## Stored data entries
──────

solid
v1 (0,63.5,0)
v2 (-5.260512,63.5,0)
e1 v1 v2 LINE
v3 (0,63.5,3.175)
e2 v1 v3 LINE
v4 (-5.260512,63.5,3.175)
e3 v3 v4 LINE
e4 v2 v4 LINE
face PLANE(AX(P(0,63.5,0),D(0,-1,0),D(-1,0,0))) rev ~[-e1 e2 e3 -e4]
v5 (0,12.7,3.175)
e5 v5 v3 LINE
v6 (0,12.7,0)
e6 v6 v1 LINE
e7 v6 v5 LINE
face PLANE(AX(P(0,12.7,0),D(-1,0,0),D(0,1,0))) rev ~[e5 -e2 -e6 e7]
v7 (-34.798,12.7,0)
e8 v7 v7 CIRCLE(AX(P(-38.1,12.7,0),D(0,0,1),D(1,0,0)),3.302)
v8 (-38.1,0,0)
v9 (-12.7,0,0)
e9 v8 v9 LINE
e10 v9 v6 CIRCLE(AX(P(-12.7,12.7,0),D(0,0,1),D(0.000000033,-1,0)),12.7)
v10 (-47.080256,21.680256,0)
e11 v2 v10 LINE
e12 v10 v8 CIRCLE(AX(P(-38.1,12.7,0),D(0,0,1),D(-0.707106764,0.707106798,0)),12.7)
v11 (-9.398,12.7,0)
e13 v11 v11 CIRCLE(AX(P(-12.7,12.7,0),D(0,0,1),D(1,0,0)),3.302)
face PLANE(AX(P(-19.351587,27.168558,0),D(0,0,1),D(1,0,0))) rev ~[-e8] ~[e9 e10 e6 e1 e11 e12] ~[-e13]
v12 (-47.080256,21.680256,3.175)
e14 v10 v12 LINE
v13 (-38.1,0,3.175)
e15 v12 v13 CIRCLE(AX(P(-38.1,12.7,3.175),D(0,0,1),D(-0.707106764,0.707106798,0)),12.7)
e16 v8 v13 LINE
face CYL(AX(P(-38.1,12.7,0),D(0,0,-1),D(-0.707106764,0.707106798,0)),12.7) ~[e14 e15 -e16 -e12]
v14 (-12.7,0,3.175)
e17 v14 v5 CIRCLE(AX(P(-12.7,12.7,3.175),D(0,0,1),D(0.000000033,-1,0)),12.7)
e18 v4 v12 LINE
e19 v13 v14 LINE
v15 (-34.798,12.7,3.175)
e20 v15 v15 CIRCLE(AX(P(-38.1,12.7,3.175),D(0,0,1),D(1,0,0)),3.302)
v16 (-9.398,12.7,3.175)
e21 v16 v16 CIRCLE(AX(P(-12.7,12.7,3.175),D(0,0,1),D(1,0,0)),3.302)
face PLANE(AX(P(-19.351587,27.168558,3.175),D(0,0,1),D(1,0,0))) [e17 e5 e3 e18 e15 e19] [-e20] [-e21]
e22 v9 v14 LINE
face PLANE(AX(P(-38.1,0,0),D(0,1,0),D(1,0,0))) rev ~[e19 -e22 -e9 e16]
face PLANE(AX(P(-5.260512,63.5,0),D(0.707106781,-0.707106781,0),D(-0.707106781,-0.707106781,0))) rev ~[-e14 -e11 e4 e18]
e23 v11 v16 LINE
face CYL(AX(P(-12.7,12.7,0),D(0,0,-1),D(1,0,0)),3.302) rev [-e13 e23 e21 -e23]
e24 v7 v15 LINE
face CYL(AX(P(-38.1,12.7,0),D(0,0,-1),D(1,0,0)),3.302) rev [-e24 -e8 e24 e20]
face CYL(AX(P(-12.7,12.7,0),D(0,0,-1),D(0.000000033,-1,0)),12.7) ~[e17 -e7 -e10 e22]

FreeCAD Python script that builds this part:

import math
import FreeCAD as App
import Part
import Sketcher
from FreeCAD import Vector
Q = App.Units.Quantity

doc = App.newDocument("Part")
body = doc.addObject("PartDesign::Body", "Body")

# Sketch on XY plane
sketch1 = doc.addObject("Sketcher::SketchObject", "Sketch")
body.addObject(sketch1)
sketch1.AttachmentSupport = (doc.XY_Plane, [""])
sketch1.MapMode = "FlatFace"
sketch1.addGeometry([
    Part.LineSegment(Vector(-5.3, 63.5, 0), Vector(-47.1, 21.7, 0)),  # 0
    Part.ArcOfCircle(Part.Circle(Vector(-38.1, 12.7, 0), Vector(0, 0, 1), 12.7), math.radians(135), math.radians(270)),  # 1
    Part.LineSegment(Vector(-38.1, 0, 0), Vector(-12.7, 0, 0)),  # 2
    Part.ArcOfCircle(Part.Circle(Vector(-12.7, 12.7, 0), Vector(0, 0, 1), 12.7), math.radians(-90), math.radians(0)),  # 3
    Part.LineSegment(Vector(0, 12.7, 0), Vector(0, 63.5, 0)),  # 4
    Part.LineSegment(Vector(0, 63.5, 0), Vector(-5.3, 63.5, 0)),  # 5
    Part.Circle(Vector(-38.1, 12.7, 0), Vector(0, 0, 1), 3.3),  # 6
    Part.Circle(Vector(-12.7, 12.7, 0), Vector(0, 0, 1), 3.3),  # 7
], False)
sketch1.addConstraint([
    Sketcher.Constraint("Tangent", 0, 2, 1, 1),
    Sketcher.Constraint("Tangent", 1, 2, 2, 1),
    Sketcher.Constraint("Tangent", 2, 2, 3, 1),
    Sketcher.Constraint("Tangent", 3, 2, 4, 1),
    Sketcher.Constraint("Coincident", 4, 2, 5, 1),
    Sketcher.Constraint("Coincident", 5, 2, 0, 1),
    Sketcher.Constraint("Horizontal", 2),
    Sketcher.Constraint("Vertical", 4),
    Sketcher.Constraint("Horizontal", 5),
    Sketcher.Constraint("Coincident", 6, 3, 1, 3),
    Sketcher.Constraint("Coincident", 7, 3, 3, 3),
    Sketcher.Constraint("Equal", 1, 3),
    Sketcher.Constraint("Equal", 6, 7),
    Sketcher.Constraint("PointOnObject", 1, 2, -1),
    Sketcher.Constraint("PointOnObject", 3, 2, -2),
    Sketcher.Constraint("Radius", 1, Q("0.5 in")),
    Sketcher.Constraint("Diameter", 6, Q("0.26 in")),
    Sketcher.Constraint("DistanceX", 2, 1, 2, 2, Q("1 in")),
    Sketcher.Constraint("DistanceY", 4, 1, 4, 2, Q("2 in")),
    Sketcher.Constraint("Angle", 0, Q("-135 deg")),
])
pad1 = doc.addObject("PartDesign::Pad", "Pad")
body.addObject(pad1)
pad1.Profile = sketch1
pad1.Length = Q("0.125 in")

doc.recompute()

──────

## Task to complete
The answer should consist of every record above, copied exactly.

## Task output
solid
v1 (0,63.5,0)
v2 (-5.260512,63.5,0)
e1 v1 v2 LINE
v3 (0,63.5,3.175)
e2 v1 v3 LINE
v4 (-5.260512,63.5,3.175)
e3 v3 v4 LINE
e4 v2 v4 LINE
face PLANE(AX(P(0,63.5,0),D(0,-1,0),D(-1,0,0))) rev ~[-e1 e2 e3 -e4]
v5 (0,12.7,3.175)
e5 v5 v3 LINE
v6 (0,12.7,0)
e6 v6 v1 LINE
e7 v6 v5 LINE
face PLANE(AX(P(0,12.7,0),D(-1,0,0),D(0,1,0))) rev ~[e5 -e2 -e6 e7]
v7 (-34.798,12.7,0)
e8 v7 v7 CIRCLE(AX(P(-38.1,12.7,0),D(0,0,1),D(1,0,0)),3.302)
v8 (-38.1,0,0)
v9 (-12.7,0,0)
e9 v8 v9 LINE
e10 v9 v6 CIRCLE(AX(P(-12.7,12.7,0),D(0,0,1),D(0.000000033,-1,0)),12.7)
v10 (-47.080256,21.680256,0)
e11 v2 v10 LINE
e12 v10 v8 CIRCLE(AX(P(-38.1,12.7,0),D(0,0,1),D(-0.707106764,0.707106798,0)),12.7)
v11 (-9.398,12.7,0)
e13 v11 v11 CIRCLE(AX(P(-12.7,12.7,0),D(0,0,1),D(1,0,0)),3.302)
face PLANE(AX(P(-19.351587,27.168558,0),D(0,0,1),D(1,0,0))) rev ~[-e8] ~[e9 e10 e6 e1 e11 e12] ~[-e13]
v12 (-47.080256,21.680256,3.175)
e14 v10 v12 LINE
v13 (-38.1,0,3.175)
e15 v12 v13 CIRCLE(AX(P(-38.1,12.7,3.175),D(0,0,1),D(-0.707106764,0.707106798,0)),12.7)
e16 v8 v13 LINE
face CYL(AX(P(-38.1,12.7,0),D(0,0,-1),D(-0.707106764,0.707106798,0)),12.7) ~[e14 e15 -e16 -e12]
v14 (-12.7,0,3.175)
e17 v14 v5 CIRCLE(AX(P(-12.7,12.7,3.175),D(0,0,1),D(0.000000033,-1,0)),12.7)
e18 v4 v12 LINE
e19 v13 v14 LINE
v15 (-34.798,12.7,3.175)
e20 v15 v15 CIRCLE(AX(P(-38.1,12.7,3.175),D(0,0,1),D(1,0,0)),3.302)
v16 (-9.398,12.7,3.175)
e21 v16 v16 CIRCLE(AX(P(-12.7,12.7,3.175),D(0,0,1),D(1,0,0)),3.302)
face PLANE(AX(P(-19.351587,27.168558,3.175),D(0,0,1),D(1,0,0))) [e17 e5 e3 e18 e15 e19] [-e20] [-e21]
e22 v9 v14 LINE
face PLANE(AX(P(-38.1,0,0),D(0,1,0),D(1,0,0))) rev ~[e19 -e22 -e9 e16]
face PLANE(AX(P(-5.260512,63.5,0),D(0.707106781,-0.707106781,0),D(-0.707106781,-0.707106781,0))) rev ~[-e14 -e11 e4 e18]
e23 v11 v16 LINE
face CYL(AX(P(-12.7,12.7,0),D(0,0,-1),D(1,0,0)),3.302) rev [-e13 e23 e21 -e23]
e24 v7 v15 LINE
face CYL(AX(P(-38.1,12.7,0),D(0,0,-1),D(1,0,0)),3.302) rev [-e24 -e8 e24 e20]
face CYL(AX(P(-12.7,12.7,0),D(0,0,-1),D(0.000000033,-1,0)),12.7) ~[e17 -e7 -e10 e22]

FreeCAD Python script that builds this part:

import math
import FreeCAD as App
import Part
import Sketcher
from FreeCAD import Vector
Q = App.Units.Quantity

doc = App.newDocument("Part")
body = doc.addObject("PartDesign::Body", "Body")

# Sketch on XY plane
sketch1 = doc.addObject("Sketcher::SketchObject", "Sketch")
body.addObject(sketch1)
sketch1.AttachmentSupport = (doc.XY_Plane, [""])
sketch1.MapMode = "FlatFace"
sketch1.addGeometry([
    Part.LineSegment(Vector(-5.3, 63.5, 0), Vector(-47.1, 21.7, 0)),  # 0
    Part.ArcOfCircle(Part.Circle(Vector(-38.1, 12.7, 0), Vector(0, 0, 1), 12.7), math.radians(135), math.radians(270)),  # 1
    Part.LineSegment(Vector(-38.1, 0, 0), Vector(-12.7, 0, 0)),  # 2
    Part.ArcOfCircle(Part.Circle(Vector(-12.7, 12.7, 0), Vector(0, 0, 1), 12.7), math.radians(-90), math.radians(0)),  # 3
    Part.LineSegment(Vector(0, 12.7, 0), Vector(0, 63.5, 0)),  # 4
    Part.LineSegment(Vector(0, 63.5, 0), Vector(-5.3, 63.5, 0)),  # 5
    Part.Circle(Vector(-38.1, 12.7, 0), Vector(0, 0, 1), 3.3),  # 6
    Part.Circle(Vector(-12.7, 12.7, 0), Vector(0, 0, 1), 3.3),  # 7
], False)
sketch1.addConstraint([
    Sketcher.Constraint("Tangent", 0, 2, 1, 1),
    Sketcher.Constraint("Tangent", 1, 2, 2, 1),
    Sketcher.Constraint("Tangent", 2, 2, 3, 1),
    Sketcher.Constraint("Tangent", 3, 2, 4, 1),
    Sketcher.Constraint("Coincident", 4, 2, 5, 1),
    Sketcher.Constraint("Coincident", 5, 2, 0, 1),
    Sketcher.Constraint("Horizontal", 2),
    Sketcher.Constraint("Vertical", 4),
    Sketcher.Constraint("Horizontal", 5),
    Sketcher.Constraint("Coincident", 6, 3, 1, 3),
    Sketcher.Constraint("Coincident", 7, 3, 3, 3),
    Sketcher.Constraint("Equal", 1, 3),
    Sketcher.Constraint("Equal", 6, 7),
    Sketcher.Constraint("PointOnObject", 1, 2, -1),
    Sketcher.Constraint("PointOnObject", 3, 2, -2),
    Sketcher.Constraint("Radius", 1, Q("0.5 in")),
    Sketcher.Constraint("Diameter", 6, Q("0.26 in")),
    Sketcher.Constraint("DistanceX", 2, 1, 2, 2, Q("1 in")),
    Sketcher.Constraint("DistanceY", 4, 1, 4, 2, Q("2 in")),
    Sketcher.Constraint("Angle", 0, Q("-135 deg")),
])
pad1 = doc.addObject("PartDesign::Pad", "Pad")
body.addObject(pad1)
pad1.Profile = sketch1
pad1.Length = Q("0.125 in")

doc.recompute()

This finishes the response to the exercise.